Below are entries; output exactly the lines from the one with "END-ISO-10303-21;" to the one with "V(50.8, -15.9, 0)), False)", both included, and nothing else.
START Data supplied
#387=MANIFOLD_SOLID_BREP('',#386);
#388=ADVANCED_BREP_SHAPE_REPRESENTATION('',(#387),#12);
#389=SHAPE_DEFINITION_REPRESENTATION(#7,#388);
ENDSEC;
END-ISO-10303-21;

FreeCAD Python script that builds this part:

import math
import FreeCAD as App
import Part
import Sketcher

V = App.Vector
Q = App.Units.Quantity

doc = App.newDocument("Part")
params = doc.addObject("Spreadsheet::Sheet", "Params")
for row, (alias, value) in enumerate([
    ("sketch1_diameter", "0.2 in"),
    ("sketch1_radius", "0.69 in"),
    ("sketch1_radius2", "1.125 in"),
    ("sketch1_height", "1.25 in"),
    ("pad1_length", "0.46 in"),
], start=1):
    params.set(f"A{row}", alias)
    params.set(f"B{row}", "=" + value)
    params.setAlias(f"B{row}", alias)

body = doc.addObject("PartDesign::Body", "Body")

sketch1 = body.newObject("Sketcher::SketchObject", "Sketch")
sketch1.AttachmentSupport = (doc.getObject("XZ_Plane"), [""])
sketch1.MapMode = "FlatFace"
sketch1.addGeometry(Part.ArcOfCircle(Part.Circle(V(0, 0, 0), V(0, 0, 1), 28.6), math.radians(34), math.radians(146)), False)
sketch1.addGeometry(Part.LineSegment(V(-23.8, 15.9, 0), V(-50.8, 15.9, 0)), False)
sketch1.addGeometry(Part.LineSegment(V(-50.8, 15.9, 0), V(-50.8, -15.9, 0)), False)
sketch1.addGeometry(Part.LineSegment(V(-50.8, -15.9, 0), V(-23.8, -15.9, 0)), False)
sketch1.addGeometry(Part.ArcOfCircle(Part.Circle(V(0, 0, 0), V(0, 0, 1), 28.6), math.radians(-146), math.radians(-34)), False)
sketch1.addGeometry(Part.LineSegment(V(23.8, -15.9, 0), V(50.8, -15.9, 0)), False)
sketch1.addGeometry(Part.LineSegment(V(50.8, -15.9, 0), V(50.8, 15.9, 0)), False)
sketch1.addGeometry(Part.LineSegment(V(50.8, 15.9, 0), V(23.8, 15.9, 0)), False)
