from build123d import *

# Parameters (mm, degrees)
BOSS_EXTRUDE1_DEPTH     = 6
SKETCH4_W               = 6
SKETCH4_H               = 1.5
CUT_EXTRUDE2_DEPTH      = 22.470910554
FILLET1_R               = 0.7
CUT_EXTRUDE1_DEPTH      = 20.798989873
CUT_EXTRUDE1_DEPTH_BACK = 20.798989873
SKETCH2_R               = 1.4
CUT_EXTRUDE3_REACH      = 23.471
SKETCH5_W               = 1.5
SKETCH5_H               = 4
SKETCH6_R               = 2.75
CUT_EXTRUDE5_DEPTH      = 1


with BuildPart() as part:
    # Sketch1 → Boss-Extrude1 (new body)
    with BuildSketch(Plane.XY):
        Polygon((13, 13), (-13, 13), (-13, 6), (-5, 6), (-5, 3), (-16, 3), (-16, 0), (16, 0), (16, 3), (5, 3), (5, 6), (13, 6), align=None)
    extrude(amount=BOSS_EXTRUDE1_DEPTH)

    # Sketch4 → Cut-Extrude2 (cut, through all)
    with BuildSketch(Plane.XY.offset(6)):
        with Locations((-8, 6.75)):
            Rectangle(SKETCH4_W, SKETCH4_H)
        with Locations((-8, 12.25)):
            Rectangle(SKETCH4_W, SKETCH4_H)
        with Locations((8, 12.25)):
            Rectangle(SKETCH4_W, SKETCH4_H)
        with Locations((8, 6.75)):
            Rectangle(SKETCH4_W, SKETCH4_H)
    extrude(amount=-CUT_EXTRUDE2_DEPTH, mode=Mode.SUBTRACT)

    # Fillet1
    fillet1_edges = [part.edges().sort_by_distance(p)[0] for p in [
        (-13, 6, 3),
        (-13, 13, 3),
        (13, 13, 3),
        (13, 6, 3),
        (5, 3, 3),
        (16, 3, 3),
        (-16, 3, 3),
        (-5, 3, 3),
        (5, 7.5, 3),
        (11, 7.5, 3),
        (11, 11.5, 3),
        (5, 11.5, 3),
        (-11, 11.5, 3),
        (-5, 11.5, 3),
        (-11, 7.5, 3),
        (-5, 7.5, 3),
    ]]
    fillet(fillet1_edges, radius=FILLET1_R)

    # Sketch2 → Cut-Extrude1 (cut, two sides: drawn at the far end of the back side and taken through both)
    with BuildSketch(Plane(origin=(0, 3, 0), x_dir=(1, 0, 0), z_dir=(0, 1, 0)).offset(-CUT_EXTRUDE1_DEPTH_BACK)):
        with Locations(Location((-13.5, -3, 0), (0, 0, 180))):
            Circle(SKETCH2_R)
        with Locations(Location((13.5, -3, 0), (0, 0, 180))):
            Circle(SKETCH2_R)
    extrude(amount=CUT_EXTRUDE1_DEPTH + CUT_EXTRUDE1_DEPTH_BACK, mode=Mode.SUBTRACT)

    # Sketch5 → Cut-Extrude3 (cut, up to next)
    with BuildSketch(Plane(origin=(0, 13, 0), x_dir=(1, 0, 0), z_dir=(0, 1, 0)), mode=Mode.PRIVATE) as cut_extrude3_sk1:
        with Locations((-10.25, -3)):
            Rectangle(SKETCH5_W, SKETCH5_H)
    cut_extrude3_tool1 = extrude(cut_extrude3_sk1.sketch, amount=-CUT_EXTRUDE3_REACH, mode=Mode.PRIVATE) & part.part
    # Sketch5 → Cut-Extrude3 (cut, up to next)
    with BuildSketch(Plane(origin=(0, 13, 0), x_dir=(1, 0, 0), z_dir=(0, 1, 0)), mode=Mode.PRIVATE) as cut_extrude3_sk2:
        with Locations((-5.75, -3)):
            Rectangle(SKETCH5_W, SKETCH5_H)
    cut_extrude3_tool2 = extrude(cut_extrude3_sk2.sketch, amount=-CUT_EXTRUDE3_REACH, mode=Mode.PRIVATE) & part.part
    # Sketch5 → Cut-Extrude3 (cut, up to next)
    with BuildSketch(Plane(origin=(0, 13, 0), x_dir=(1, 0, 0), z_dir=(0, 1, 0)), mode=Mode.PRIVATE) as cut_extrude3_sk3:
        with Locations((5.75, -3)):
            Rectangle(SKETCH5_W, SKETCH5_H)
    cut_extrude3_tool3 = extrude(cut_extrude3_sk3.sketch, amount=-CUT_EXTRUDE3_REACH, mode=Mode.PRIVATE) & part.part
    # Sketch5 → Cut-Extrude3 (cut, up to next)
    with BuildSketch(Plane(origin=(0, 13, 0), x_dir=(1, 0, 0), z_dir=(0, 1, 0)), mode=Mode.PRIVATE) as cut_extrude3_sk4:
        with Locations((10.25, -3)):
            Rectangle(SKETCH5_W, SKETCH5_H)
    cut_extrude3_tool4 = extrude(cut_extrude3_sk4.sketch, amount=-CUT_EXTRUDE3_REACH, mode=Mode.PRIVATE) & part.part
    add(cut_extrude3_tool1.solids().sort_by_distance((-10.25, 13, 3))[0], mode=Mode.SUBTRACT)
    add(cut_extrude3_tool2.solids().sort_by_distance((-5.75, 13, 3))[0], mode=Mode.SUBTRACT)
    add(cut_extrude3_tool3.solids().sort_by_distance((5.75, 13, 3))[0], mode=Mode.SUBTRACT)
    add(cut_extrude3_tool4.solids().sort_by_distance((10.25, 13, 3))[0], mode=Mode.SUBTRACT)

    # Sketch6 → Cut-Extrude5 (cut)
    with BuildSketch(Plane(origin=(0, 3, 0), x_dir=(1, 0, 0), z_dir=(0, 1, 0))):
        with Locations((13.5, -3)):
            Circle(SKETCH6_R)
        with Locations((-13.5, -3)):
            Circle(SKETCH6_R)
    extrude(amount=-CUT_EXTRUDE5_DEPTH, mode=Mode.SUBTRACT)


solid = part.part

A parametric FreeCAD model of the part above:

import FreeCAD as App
import Part
import Sketcher

V = App.Vector
Q = App.Units.Quantity


def edges_at(feature, points):
    """Names of the edges that pass closest to the given points."""
    edges = feature.Shape.Edges
    near = lambda p: min(range(len(edges)), key=lambda i: edges[i].distToShape(Part.Vertex(*p))[0])
    return sorted({f"Edge{near(p) + 1}" for p in points})

doc = App.newDocument("Part")
body = doc.addObject("PartDesign::Body", "Body")

sketch1 = body.newObject("Sketcher::SketchObject", "Sketch")
sketch1.AttachmentSupport = (doc.getObject("XY_Plane"), [""])
sketch1.MapMode = "FlatFace"
sketch1.addGeometry(Part.LineSegment(V(13, 13, 0), V(-13, 13, 0)), False)
sketch1.addGeometry(Part.LineSegment(V(-13, 13, 0), V(-13, 6, 0)), False)
sketch1.addGeometry(Part.LineSegment(V(-13, 6, 0), V(-5, 6, 0)), False)
sketch1.addGeometry(Part.LineSegment(V(-5, 6, 0), V(-5, 3, 0)), False)
sketch1.addGeometry(Part.LineSegment(V(-5, 3, 0), V(-16, 3, 0)), False)
sketch1.addGeometry(Part.LineSegment(V(-16, 3, 0), V(-16, 0, 0)), False)
sketch1.addGeometry(Part.LineSegment(V(-16, 0, 0), V(16, 0, 0)), False)
sketch1.addGeometry(Part.LineSegment(V(16, 0, 0), V(16, 3, 0)), False)
sketch1.addGeometry(Part.LineSegment(V(16, 3, 0), V(5, 3, 0)), False)
sketch1.addGeometry(Part.LineSegment(V(5, 3, 0), V(5, 6, 0)), False)
sketch1.addGeometry(Part.LineSegment(V(5, 6, 0), V(13, 6, 0)), False)
sketch1.addGeometry(Part.LineSegment(V(13, 6, 0), V(13, 13, 0)), False)
sketch1.addConstraint(Sketcher.Constraint("Coincident", 0, 2, 1, 1))
sketch1.addConstraint(Sketcher.Constraint("Coincident", 1, 2, 2, 1))
sketch1.addConstraint(Sketcher.Constraint("Coincident", 2, 2, 3, 1))
sketch1.addConstraint(Sketcher.Constraint("Coincident", 3, 2, 4, 1))
sketch1.addConstraint(Sketcher.Constraint("Coincident", 4, 2, 5, 1))
sketch1.addConstraint(Sketcher.Constraint("Coincident", 5, 2, 6, 1))
sketch1.addConstraint(Sketcher.Constraint("Coincident", 6, 2, 7, 1))
sketch1.addConstraint(Sketcher.Constraint("Coincident", 7, 2, 8, 1))
sketch1.addConstraint(Sketcher.Constraint("Coincident", 8, 2, 9, 1))
sketch1.addConstraint(Sketcher.Constraint("Coincident", 9, 2, 10, 1))
sketch1.addConstraint(Sketcher.Constraint("Coincident", 10, 2, 11, 1))
sketch1.addConstraint(Sketcher.Constraint("Coincident", 11, 2, 0, 1))
sketch1.addConstraint(Sketcher.Constraint("Horizontal", 0))
sketch1.addConstraint(Sketcher.Constraint("Vertical", 1))
sketch1.addConstraint(Sketcher.Constraint("Horizontal", 2))
sketch1.addConstraint(Sketcher.Constraint("Vertical", 3))
sketch1.addConstraint(Sketcher.Constraint("Horizontal", 4))
sketch1.addConstraint(Sketcher.Constraint("Vertical", 5))
sketch1.addConstraint(Sketcher.Constraint("Horizontal", 6))
sketch1.addConstraint(Sketcher.Constraint("Vertical", 7))
sketch1.addConstraint(Sketcher.Constraint("Horizontal", 8))
sketch1.addConstraint(Sketcher.Constraint("Vertical", 9))
sketch1.addConstraint(Sketcher.Constraint("Horizontal", 10))
sketch1.addConstraint(Sketcher.Constraint("Vertical", 11))
sketch1.addConstraint(Sketcher.Constraint("Symmetric", 5, 2, 6, 2, -1, 1))
sketch1.addConstraint(Sketcher.Constraint("Symmetric", 3, 2, 8, 2, -2))
sketch1.addConstraint(Sketcher.Constraint("Symmetric", 1, 2, 10, 2, -2))
sketch1.addConstraint(Sketcher.Constraint("Equal", 3, 5))
sketch1.addConstraint(Sketcher.Constraint("DistanceX", 0, 2, 0, 1, Q("26 mm")))
sketch1.addConstraint(Sketcher.Constraint("DistanceX", 2, 1, 2, 2, Q("8 mm")))
sketch1.addConstraint(Sketcher.Constraint("DistanceX", 4, 2, 4, 1, Q("11 mm")))
sketch1.addConstraint(Sketcher.Constraint("DistanceY", 1, 2, 1, 1, Q("7 mm")))
sketch1.addConstraint(Sketcher.Constraint("DistanceY", 3, 2, 3, 1, Q("3 mm")))
pad1 = body.newObject("PartDesign::Pad", "Pad")
pad1.Profile = sketch1
pad1.Length = 6

sketch2 = body.newObject("Sketcher::SketchObject", "Sketch001")
sketch2.AttachmentSupport = (doc.getObject("XY_Plane"), [""])
sketch2.MapMode = "FlatFace"
sketch2.AttachmentOffset = App.Placement(V(0, 0, 6), App.Rotation())
sketch2.addGeometry(Part.LineSegment(V(-11, 7.5, 0), V(-11, 6, 0)), False)
sketch2.addGeometry(Part.LineSegment(V(-11, 6, 0), V(-5, 6, 0)), False)
sketch2.addGeometry(Part.LineSegment(V(-5, 6, 0), V(-5, 7.5, 0)), False)
sketch2.addGeometry(Part.LineSegment(V(-5, 7.5, 0), V(-11, 7.5, 0)), False)
sketch2.addGeometry(Part.LineSegment(V(-11, 13, 0), V(-11, 11.5, 0)), False)
sketch2.addGeometry(Part.LineSegment(V(-11, 11.5, 0), V(-5, 11.5, 0)), False)
sketch2.addGeometry(Part.LineSegment(V(-5, 11.5, 0), V(-5, 13, 0)), False)
sketch2.addGeometry(Part.LineSegment(V(-5, 13, 0), V(-11, 13, 0)), False)
sketch2.addGeometry(Part.LineSegment(V(5, 13, 0), V(5, 11.5, 0)), False)
sketch2.addGeometry(Part.LineSegment(V(5, 11.5, 0), V(11, 11.5, 0)), False)
sketch2.addGeometry(Part.LineSegment(V(11, 11.5, 0), V(11, 13, 0)), False)
sketch2.addGeometry(Part.LineSegment(V(11, 13, 0), V(5, 13, 0)), False)
sketch2.addGeometry(Part.LineSegment(V(5, 7.5, 0), V(5, 6, 0)), False)
sketch2.addGeometry(Part.LineSegment(V(5, 6, 0), V(11, 6, 0)), False)
sketch2.addGeometry(Part.LineSegment(V(11, 6, 0), V(11, 7.5, 0)), False)
sketch2.addGeometry(Part.LineSegment(V(11, 7.5, 0), V(5, 7.5, 0)), False)
sketch2.addConstraint(Sketcher.Constraint("Coincident", 0, 2, 1, 1))
sketch2.addConstraint(Sketcher.Constraint("Coincident", 1, 2, 2, 1))
sketch2.addConstraint(Sketcher.Constraint("Coincident", 2, 2, 3, 1))
sketch2.addConstraint(Sketcher.Constraint("Coincident", 3, 2, 0, 1))
sketch2.addConstraint(Sketcher.Constraint("Coincident", 4, 2, 5, 1))
sketch2.addConstraint(Sketcher.Constraint("Coincident", 5, 2, 6, 1))
sketch2.addConstraint(Sketcher.Constraint("Coincident", 6, 2, 7, 1))
sketch2.addConstraint(Sketcher.Constraint("Coincident", 7, 2, 4, 1))
sketch2.addConstraint(Sketcher.Constraint("Coincident", 8, 2, 9, 1))
sketch2.addConstraint(Sketcher.Constraint("Coincident", 9, 2, 10, 1))
sketch2.addConstraint(Sketcher.Constraint("Coincident", 10, 2, 11, 1))
sketch2.addConstraint(Sketcher.Constraint("Coincident", 11, 2, 8, 1))
sketch2.addConstraint(Sketcher.Constraint("Coincident", 12, 2, 13, 1))
sketch2.addConstraint(Sketcher.Constraint("Coincident", 13, 2, 14, 1))
sketch2.addConstraint(Sketcher.Constraint("Coincident", 14, 2, 15, 1))
sketch2.addConstraint(Sketcher.Constraint("Coincident", 15, 2, 12, 1))
sketch2.addConstraint(Sketcher.Constraint("Vertical", 0))
sketch2.addConstraint(Sketcher.Constraint("Horizontal", 1))
sketch2.addConstraint(Sketcher.Constraint("Vertical", 2))
sketch2.addConstraint(Sketcher.Constraint("Horizontal", 3))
END Data supplied
■ Task result ■
END-ISO-10303-21;

FreeCAD Python script that builds this part:

import math
import FreeCAD as App
import Part
import Sketcher

V = App.Vector
Q = App.Units.Quantity

doc = App.newDocument("Part")
params = doc.addObject("Spreadsheet::Sheet", "Params")
for row, (alias, value) in enumerate([
    ("sketch1_diameter", "0.2 in"),
    ("sketch1_radius", "0.69 in"),
    ("sketch1_radius2", "1.125 in"),
    ("sketch1_height", "1.25 in"),
    ("pad1_length", "0.46 in"),
], start=1):
    params.set(f"A{row}", alias)
    params.set(f"B{row}", "=" + value)
    params.setAlias(f"B{row}", alias)

body = doc.addObject("PartDesign::Body", "Body")

sketch1 = body.newObject("Sketcher::SketchObject", "Sketch")
sketch1.AttachmentSupport = (doc.getObject("XZ_Plane"), [""])
sketch1.MapMode = "FlatFace"
sketch1.addGeometry(Part.ArcOfCircle(Part.Circle(V(0, 0, 0), V(0, 0, 1), 28.6), math.radians(34), math.radians(146)), False)
sketch1.addGeometry(Part.LineSegment(V(-23.8, 15.9, 0), V(-50.8, 15.9, 0)), False)
sketch1.addGeometry(Part.LineSegment(V(-50.8, 15.9, 0), V(-50.8, -15.9, 0)), False)
sketch1.addGeometry(Part.LineSegment(V(-50.8, -15.9, 0), V(-23.8, -15.9, 0)), False)
sketch1.addGeometry(Part.ArcOfCircle(Part.Circle(V(0, 0, 0), V(0, 0, 1), 28.6), math.radians(-146), math.radians(-34)), False)
sketch1.addGeometry(Part.LineSegment(V(23.8, -15.9, 0), V(50.8, -15.9, 0)), False)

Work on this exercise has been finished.